Saved entries:
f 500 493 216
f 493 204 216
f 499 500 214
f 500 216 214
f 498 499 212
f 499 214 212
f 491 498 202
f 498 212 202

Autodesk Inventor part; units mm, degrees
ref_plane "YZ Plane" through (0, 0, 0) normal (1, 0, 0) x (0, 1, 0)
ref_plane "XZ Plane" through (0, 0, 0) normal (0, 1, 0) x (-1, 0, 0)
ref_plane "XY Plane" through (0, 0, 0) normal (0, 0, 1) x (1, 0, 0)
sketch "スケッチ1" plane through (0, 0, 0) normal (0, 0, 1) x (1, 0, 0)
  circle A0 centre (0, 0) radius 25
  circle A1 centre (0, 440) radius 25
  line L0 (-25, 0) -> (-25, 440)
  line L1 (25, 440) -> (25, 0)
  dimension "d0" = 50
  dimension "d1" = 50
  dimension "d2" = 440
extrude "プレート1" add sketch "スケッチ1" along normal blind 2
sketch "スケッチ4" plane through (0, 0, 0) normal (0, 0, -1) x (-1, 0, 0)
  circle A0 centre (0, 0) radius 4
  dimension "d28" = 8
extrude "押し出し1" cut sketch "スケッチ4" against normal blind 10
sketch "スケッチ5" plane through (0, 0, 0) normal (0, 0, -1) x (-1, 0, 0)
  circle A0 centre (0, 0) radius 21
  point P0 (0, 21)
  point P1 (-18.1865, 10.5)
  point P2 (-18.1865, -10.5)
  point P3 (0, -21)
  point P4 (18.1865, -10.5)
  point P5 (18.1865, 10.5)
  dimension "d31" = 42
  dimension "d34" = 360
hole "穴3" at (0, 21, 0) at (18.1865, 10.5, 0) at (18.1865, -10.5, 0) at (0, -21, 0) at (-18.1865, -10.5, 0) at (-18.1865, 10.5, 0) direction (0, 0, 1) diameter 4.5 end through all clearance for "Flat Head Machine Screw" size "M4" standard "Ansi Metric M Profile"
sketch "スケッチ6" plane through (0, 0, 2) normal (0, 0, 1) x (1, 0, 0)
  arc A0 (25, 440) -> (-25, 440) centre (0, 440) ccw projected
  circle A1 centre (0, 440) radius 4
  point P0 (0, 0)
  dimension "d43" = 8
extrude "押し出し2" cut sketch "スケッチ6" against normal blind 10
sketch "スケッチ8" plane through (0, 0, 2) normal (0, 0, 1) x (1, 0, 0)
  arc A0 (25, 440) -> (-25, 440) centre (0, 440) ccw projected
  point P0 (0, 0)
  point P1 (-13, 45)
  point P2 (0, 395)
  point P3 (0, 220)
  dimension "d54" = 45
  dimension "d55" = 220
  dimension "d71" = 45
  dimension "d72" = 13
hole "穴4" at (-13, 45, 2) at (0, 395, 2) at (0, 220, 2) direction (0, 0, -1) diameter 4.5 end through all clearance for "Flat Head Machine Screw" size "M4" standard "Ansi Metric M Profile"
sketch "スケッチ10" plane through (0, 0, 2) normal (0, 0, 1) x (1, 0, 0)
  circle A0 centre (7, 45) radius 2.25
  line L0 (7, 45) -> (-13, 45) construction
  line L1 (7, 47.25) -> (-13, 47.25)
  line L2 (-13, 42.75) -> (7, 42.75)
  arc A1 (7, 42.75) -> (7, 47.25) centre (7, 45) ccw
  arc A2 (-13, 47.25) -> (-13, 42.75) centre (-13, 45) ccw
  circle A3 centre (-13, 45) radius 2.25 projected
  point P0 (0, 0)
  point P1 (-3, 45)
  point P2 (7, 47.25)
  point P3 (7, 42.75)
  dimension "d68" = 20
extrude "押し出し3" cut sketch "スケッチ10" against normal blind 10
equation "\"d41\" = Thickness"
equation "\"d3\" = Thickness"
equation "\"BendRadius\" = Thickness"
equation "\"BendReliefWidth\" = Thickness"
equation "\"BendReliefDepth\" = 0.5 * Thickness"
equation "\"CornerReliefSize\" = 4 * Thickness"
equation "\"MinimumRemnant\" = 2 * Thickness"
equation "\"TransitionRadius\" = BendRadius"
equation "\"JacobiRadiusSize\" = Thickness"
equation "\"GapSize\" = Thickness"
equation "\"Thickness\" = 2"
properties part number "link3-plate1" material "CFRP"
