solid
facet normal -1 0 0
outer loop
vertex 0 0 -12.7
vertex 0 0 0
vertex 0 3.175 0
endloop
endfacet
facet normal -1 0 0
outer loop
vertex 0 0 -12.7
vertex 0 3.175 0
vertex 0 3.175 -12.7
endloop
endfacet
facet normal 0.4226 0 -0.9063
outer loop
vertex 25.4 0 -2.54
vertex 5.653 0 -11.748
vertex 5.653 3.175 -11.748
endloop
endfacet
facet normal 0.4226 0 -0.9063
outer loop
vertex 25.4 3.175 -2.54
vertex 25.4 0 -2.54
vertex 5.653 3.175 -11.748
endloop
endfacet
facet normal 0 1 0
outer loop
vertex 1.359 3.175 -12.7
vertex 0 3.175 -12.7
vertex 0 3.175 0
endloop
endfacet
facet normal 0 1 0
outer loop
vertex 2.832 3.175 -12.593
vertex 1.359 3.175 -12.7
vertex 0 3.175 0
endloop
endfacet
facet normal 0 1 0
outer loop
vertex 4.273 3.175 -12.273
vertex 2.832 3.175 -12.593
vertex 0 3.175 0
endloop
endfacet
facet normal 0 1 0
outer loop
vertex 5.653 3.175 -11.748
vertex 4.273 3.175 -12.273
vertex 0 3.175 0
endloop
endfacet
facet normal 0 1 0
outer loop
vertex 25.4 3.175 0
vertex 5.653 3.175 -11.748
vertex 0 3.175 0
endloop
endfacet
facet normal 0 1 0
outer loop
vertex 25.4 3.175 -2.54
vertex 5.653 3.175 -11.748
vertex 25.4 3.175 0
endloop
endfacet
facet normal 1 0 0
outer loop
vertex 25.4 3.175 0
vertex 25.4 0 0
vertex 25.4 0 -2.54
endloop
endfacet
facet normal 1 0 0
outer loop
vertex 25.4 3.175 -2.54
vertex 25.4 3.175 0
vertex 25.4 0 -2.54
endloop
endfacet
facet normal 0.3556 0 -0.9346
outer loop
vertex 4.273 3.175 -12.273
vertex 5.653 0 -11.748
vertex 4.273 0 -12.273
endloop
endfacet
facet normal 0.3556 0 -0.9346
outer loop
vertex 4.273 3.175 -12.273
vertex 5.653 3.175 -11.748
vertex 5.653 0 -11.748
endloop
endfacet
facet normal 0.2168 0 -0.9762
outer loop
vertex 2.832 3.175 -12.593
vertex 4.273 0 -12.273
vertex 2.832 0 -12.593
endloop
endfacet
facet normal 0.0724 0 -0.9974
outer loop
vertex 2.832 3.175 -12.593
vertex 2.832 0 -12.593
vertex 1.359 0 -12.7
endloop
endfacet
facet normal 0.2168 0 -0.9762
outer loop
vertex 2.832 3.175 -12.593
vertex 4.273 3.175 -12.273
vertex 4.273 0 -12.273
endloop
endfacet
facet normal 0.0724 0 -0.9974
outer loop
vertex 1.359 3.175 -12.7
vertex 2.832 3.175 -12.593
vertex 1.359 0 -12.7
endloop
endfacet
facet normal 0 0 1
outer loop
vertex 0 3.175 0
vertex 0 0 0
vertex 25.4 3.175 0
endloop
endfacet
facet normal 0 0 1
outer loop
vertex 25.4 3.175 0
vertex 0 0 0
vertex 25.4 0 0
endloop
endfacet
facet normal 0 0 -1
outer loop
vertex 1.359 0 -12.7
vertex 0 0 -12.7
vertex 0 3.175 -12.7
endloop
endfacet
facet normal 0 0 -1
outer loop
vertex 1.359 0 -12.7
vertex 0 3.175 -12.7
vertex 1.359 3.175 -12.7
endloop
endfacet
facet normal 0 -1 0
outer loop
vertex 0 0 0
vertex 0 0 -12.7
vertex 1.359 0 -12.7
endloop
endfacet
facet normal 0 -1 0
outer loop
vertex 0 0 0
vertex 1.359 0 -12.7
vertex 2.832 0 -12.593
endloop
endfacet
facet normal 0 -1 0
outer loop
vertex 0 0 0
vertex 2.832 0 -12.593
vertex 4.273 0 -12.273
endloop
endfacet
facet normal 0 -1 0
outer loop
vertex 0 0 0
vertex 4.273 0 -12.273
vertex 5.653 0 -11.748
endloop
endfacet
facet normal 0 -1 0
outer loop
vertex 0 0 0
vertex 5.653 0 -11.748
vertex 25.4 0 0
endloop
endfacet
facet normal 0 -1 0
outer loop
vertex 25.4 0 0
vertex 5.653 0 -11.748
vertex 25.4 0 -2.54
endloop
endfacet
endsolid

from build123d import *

# Parameters (mm, degrees)
SKETCH1_W           = 25.4
SKETCH1_H           = 12.7
BOSS_EXTRUDE1_DEPTH = 3.175
CHAMFER1_SIZE       = 10.16
CHAMFER1_SIZE2      = 21.788190312
FILLET1_R           = 10.16


with BuildPart() as part:
    # Sketch1 → Boss-Extrude1 (new body)
    with BuildSketch(Plane(origin=(0, 0, 0), x_dir=(1, 0, 0), z_dir=(0, 1, 0))):
        with Locations((12.7, 6.35)):
            Rectangle(SKETCH1_W, SKETCH1_H)
    extrude(amount=BOSS_EXTRUDE1_DEPTH)

    # Chamfer1
    chamfer1_edges = [part.edges().sort_by_distance(p)[0] for p in [
        (25.4, 1.5875, -12.7),
    ]]
    chamfer1_side = [part.faces().sort_by_distance(p)[0] for p in [
        (25.4, 1.5875, -6.35),
    ]]
    chamfer(chamfer1_edges, length=CHAMFER1_SIZE, length2=CHAMFER1_SIZE2, reference=chamfer1_side[0])

    # Fillet1
    fillet1_edges = [part.edges().sort_by_distance(p)[0] for p in [
        (3.611809688, 1.5875, -12.7),
    ]]
    fillet(fillet1_edges, radius=FILLET1_R)


solid = part.part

Instructions to follow | What lines above hold the word "against"? Pull each one out.

Task solution |
extrude "押し出し1" cut sketch "スケッチ4" against normal blind 10
extrude "押し出し2" cut sketch "スケッチ6" against normal blind 10
extrude "押し出し3" cut sketch "スケッチ10" against normal blind 10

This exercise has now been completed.